INSTRUCTIONS TO FOLLOW:
From the entries, copy each line that includes "normal".

********

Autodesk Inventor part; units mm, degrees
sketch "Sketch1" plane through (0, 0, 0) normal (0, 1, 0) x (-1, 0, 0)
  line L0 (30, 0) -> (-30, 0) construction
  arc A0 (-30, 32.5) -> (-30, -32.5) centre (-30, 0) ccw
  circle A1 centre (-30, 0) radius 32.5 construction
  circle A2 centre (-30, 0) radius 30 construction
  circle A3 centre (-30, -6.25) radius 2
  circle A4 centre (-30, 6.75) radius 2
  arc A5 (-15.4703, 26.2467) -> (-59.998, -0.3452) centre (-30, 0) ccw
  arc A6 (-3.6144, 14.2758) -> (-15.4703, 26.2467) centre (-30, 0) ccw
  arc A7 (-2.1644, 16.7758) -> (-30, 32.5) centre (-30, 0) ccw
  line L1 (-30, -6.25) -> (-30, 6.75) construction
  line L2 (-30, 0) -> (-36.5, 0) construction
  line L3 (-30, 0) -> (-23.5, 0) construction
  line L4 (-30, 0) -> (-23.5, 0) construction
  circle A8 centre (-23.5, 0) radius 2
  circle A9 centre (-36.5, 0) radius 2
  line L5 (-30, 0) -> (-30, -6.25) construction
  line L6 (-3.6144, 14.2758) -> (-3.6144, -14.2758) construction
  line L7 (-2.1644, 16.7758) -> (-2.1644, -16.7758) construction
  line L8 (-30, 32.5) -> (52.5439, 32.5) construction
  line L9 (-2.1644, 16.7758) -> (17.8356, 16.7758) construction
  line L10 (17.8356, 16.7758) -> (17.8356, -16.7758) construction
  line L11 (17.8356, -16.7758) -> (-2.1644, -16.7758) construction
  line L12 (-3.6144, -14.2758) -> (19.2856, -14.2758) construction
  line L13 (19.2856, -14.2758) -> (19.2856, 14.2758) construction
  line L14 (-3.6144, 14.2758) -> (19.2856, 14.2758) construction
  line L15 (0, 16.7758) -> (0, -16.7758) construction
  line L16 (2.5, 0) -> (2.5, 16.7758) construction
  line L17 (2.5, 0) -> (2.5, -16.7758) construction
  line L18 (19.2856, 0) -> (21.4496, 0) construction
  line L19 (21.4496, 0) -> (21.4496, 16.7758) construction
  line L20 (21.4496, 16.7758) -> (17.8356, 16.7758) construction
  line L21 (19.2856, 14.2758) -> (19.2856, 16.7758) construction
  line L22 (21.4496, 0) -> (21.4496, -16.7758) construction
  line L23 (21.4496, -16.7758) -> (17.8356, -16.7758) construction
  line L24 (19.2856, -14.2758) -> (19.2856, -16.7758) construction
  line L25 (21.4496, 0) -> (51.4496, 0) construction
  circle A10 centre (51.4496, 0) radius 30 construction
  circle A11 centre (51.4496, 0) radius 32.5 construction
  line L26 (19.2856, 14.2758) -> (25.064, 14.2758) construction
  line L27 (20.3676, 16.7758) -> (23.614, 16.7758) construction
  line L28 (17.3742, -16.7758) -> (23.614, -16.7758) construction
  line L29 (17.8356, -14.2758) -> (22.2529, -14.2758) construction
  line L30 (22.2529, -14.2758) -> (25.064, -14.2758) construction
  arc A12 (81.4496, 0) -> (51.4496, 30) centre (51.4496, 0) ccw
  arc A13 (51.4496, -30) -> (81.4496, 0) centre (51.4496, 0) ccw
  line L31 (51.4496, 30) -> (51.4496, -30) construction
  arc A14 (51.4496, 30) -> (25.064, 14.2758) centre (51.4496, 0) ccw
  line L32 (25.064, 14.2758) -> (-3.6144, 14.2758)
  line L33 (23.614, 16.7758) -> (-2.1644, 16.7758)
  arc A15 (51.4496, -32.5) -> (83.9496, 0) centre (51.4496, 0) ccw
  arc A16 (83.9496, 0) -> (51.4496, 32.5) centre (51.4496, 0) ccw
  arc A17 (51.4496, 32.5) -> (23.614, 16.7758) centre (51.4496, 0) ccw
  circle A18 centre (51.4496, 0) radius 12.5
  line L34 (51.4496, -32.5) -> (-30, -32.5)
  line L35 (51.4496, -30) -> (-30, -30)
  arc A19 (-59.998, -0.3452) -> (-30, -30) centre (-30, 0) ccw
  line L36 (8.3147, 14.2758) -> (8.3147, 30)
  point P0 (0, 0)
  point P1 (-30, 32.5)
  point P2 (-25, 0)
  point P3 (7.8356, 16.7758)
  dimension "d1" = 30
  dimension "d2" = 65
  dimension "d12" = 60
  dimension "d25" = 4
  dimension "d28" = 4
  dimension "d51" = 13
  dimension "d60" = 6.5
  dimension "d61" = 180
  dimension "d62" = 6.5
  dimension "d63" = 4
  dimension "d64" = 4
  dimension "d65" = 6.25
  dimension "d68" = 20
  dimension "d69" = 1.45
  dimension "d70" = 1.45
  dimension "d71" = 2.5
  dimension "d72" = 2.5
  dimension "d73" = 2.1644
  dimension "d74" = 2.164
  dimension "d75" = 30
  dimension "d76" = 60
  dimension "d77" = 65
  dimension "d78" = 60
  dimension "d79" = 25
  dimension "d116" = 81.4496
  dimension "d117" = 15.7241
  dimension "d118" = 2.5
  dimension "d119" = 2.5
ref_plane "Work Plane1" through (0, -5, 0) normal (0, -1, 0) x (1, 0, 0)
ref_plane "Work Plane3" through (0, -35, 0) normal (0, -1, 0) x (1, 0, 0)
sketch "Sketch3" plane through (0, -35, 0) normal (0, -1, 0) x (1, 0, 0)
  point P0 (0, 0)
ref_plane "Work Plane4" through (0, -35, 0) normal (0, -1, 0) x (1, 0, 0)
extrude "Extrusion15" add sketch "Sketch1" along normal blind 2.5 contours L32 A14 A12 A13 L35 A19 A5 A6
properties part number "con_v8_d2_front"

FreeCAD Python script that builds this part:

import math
import FreeCAD as App
import Part
import Sketcher
from FreeCAD import Vector
Q = App.Units.Quantity

doc = App.newDocument("Part")
body = doc.addObject("PartDesign::Body", "Body")

# Sketch on XZ plane
sketch1 = doc.addObject("Sketcher::SketchObject", "Sketch")
body.addObject(sketch1)
sketch1.AttachmentSupport = (doc.XZ_Plane, [""])
sketch1.MapMode = "FlatFace"
sketch1.addGeometry([
    Part.LineSegment(Vector(-25.1, 14.3, 0), Vector(3.6, 14.3, 0)),  # 0
    Part.ArcOfCircle(Part.Circle(Vector(30, 0, 0), Vector(0, 0, 1), 30), math.radians(119), math.radians(152)),  # 1
    Part.ArcOfCircle(Part.Circle(Vector(30, 0, 0), Vector(0, 0, 1), 30), math.radians(-1), math.radians(119)),  # 2
    Part.ArcOfCircle(Part.Circle(Vector(30, 0, 0), Vector(0, 0, 1), 30), math.radians(-90), math.radians(-1)),  # 3
    Part.LineSegment(Vector(30, -30, 0), Vector(-51.4, -30, 0)),  # 4
    Part.ArcOfCircle(Part.Circle(Vector(-51.4, 0, 0), Vector(0, 0, 1), 30), math.radians(90), math.radians(270)),  # 5
    Part.ArcOfCircle(Part.Circle(Vector(-51.4, 0, 0), Vector(0, 0, 1), 30), math.radians(28), math.radians(90)),  # 6
    Part.Circle(Vector(30, -6.2, 0), Vector(0, 0, 1), 2),  # 7
    Part.Circle(Vector(36.5, 0, 0), Vector(0, 0, 1), 2),  # 8
    Part.Circle(Vector(23.5, 0, 0), Vector(0, 0, 1), 2),  # 9
    Part.Circle(Vector(-51.4, 0, 0), Vector(0, 0, 1), 12.5),  # 10
    Part.Circle(Vector(30, 6.8, 0), Vector(0, 0, 1), 2),  # 11
], False)
sketch1.addConstraint([
    Sketcher.Constraint("Coincident", 0, 2, 1, 2),
    Sketcher.Constraint("Tangent", 1, 1, 2, 2),
    Sketcher.Constraint("Tangent", 2, 1, 3, 2),
    Sketcher.Constraint("Tangent", 3, 1, 4, 1),
    Sketcher.Constraint("Tangent", 4, 2, 5, 2),
    Sketcher.Constraint("Tangent", 5, 1, 6, 2),
    Sketcher.Constraint("Coincident", 6, 1, 0, 1),
    Sketcher.Constraint("Horizontal", 0),
    Sketcher.Constraint("Horizontal", 4),
    Sketcher.Constraint("Coincident", 3, 3, 1, 3),
    Sketcher.Constraint("Coincident", 10, 3, 5, 3),
    Sketcher.Constraint("Equal", 3, 5),
    Sketcher.Constraint("Equal", 5, 6),
    Sketcher.Constraint("Equal", 7, 8),
    Sketcher.Constraint("Equal", 8, 9),
    Sketcher.Constraint("Equal", 9, 11),
    Sketcher.Constraint("Symmetric", 4, 2, 5, 1, -1),
    Sketcher.Constraint("PointOnObject", 8, 3, -1),
    Sketcher.Constraint("PointOnObject", 9, 3, -1),
    Sketcher.Constraint("Vertical", 3, 3, 7, 3),
    Sketcher.Constraint("Vertical", 7, 3, 11, 3),
    Sketcher.Constraint("Diameter", 7, Q("4 mm")),
    Sketcher.Constraint("Diameter", 10, Q("25 mm")),
    Sketcher.Constraint("Radius", 1, Q("30 mm")),
    Sketcher.Constraint("DistanceX", -1, 1, 1, 3, Q("30 mm")),
    Sketcher.Constraint("DistanceX", 9, 3, 8, 3, Q("13 mm")),
    Sketcher.Constraint("DistanceX", 1, 3, 8, 3, Q("6.5 mm")),
    Sketcher.Constraint("DistanceY", 7, 3, -1, 1, Q("6.25 mm")),
    Sketcher.Constraint("DistanceX", 4, 2, 4, 1, Q("81.4496 mm")),
    Sketcher.Constraint("DistanceY", 0, 2, 5, 1, Q("15.7242 mm")),
    Sketcher.Constraint("DistanceY", -1, 1, 11, 3, Q("6.75 mm")),
    Sketcher.Constraint("DistanceX", -1, 1, 2, 1, Q("59.998 mm")),
    Sketcher.Constraint("DistanceX", 0, 2, 1, 1, Q("11.856 mm")),
])
pad1 = doc.addObject("PartDesign::Pad", "Pad")
body.addObject(pad1)
pad1.Profile = sketch1
pad1.Length = 2.5
pad1.Reversed = True

doc.recompute()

********

SOLUTION:
sketch "Sketch1" plane through (0, 0, 0) normal (0, 1, 0) x (-1, 0, 0)
ref_plane "Work Plane1" through (0, -5, 0) normal (0, -1, 0) x (1, 0, 0)
ref_plane "Work Plane3" through (0, -35, 0) normal (0, -1, 0) x (1, 0, 0)
sketch "Sketch3" plane through (0, -35, 0) normal (0, -1, 0) x (1, 0, 0)
ref_plane "Work Plane4" through (0, -35, 0) normal (0, -1, 0) x (1, 0, 0)
extrude "Extrusion15" add sketch "Sketch1" along normal blind 2.5 contours L32 A14 A12 A13 L35 A19 A5 A6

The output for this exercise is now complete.